* _INSTRUCTIONS FOR THE TASK_: Please take the lines from the one holding "f 66 441 450" through the one holding "f 69 459 463" in the data below and copy them exactly.

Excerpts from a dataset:
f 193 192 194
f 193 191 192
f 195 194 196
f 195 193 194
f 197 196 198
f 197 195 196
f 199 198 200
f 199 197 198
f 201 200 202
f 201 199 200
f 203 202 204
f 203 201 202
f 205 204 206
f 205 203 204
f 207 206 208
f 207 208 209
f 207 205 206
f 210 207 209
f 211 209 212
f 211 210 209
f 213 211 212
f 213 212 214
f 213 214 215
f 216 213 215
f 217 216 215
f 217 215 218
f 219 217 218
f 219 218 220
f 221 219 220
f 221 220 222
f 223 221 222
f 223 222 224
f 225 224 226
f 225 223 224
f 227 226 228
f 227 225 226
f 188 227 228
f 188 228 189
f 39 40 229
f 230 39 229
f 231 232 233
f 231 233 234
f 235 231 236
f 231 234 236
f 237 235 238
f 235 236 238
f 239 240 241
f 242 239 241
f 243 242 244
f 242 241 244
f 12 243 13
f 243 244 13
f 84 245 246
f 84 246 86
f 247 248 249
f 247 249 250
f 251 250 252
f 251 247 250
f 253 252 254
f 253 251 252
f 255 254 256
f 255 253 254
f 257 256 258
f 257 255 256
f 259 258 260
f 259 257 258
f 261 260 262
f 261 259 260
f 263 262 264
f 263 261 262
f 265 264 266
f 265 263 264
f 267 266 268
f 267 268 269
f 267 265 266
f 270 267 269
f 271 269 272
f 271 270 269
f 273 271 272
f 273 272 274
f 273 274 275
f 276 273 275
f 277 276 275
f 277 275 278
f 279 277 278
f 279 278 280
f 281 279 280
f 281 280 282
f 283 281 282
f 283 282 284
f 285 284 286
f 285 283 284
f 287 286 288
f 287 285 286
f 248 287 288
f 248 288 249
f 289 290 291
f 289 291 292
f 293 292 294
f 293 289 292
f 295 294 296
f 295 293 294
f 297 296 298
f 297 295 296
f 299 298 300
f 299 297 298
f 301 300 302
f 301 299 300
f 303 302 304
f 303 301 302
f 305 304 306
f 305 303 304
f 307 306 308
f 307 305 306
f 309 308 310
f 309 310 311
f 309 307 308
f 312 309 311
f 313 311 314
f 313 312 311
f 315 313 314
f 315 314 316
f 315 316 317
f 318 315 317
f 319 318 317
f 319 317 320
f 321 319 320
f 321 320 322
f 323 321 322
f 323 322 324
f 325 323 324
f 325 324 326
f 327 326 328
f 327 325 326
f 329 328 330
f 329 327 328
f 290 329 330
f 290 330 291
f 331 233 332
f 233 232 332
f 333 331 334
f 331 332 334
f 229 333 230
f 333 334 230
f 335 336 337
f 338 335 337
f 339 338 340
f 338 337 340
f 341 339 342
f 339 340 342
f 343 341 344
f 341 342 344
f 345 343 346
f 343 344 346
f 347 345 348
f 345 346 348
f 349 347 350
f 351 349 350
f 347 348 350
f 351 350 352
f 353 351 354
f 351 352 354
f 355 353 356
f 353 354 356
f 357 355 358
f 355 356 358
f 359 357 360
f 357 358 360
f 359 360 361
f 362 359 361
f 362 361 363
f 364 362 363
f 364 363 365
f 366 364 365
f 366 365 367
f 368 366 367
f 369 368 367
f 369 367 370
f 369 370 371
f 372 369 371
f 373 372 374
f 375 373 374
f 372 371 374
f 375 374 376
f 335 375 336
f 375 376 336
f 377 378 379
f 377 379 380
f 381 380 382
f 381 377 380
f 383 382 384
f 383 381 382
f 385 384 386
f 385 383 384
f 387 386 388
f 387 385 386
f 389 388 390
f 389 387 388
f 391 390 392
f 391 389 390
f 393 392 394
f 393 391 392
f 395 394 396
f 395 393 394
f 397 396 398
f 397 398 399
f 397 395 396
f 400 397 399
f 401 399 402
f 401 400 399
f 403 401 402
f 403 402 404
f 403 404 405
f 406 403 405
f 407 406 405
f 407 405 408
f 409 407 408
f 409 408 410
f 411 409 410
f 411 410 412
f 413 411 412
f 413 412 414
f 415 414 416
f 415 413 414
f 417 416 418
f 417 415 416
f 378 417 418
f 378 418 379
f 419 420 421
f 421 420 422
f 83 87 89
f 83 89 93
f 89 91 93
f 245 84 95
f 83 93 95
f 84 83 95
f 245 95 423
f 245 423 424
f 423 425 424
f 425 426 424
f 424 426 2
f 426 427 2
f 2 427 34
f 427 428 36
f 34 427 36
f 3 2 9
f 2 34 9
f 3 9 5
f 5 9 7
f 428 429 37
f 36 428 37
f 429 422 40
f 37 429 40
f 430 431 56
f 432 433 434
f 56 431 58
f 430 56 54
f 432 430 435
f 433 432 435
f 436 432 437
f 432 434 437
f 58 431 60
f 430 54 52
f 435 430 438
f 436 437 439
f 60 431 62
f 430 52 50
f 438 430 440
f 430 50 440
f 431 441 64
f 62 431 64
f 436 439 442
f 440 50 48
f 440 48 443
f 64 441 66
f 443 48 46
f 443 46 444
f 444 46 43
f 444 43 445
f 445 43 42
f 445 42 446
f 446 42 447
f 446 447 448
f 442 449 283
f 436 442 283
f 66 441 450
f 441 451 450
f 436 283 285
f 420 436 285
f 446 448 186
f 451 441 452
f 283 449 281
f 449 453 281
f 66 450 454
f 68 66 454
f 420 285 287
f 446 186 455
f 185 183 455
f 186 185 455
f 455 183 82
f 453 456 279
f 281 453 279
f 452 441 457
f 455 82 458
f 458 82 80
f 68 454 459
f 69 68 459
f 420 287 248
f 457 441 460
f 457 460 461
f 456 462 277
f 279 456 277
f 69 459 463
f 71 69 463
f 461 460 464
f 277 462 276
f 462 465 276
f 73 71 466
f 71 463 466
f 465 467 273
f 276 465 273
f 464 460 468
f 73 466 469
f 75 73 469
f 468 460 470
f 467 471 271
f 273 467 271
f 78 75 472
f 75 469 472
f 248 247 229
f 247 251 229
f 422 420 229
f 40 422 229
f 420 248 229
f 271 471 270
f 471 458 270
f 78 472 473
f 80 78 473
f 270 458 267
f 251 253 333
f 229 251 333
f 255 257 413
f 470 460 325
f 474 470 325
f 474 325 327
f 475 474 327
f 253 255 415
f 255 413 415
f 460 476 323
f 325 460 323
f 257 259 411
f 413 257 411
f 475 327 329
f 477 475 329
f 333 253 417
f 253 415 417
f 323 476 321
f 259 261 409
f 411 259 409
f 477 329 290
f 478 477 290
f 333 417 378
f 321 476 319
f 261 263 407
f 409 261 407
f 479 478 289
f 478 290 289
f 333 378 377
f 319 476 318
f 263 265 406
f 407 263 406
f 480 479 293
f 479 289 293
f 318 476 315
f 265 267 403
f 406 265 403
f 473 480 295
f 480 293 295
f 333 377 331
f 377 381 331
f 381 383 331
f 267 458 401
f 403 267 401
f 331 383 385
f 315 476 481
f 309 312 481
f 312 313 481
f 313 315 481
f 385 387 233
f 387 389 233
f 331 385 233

* _ANSWER TO THIS TASK_:
f 66 441 450
f 441 451 450
f 436 283 285
f 420 436 285
f 446 448 186
f 451 441 452
f 283 449 281
f 449 453 281
f 66 450 454
f 68 66 454
f 420 285 287
f 446 186 455
f 185 183 455
f 186 185 455
f 455 183 82
f 453 456 279
f 281 453 279
f 452 441 457
f 455 82 458
f 458 82 80
f 68 454 459
f 69 68 459
f 420 287 248
f 457 441 460
f 457 460 461
f 456 462 277
f 279 456 277
f 69 459 463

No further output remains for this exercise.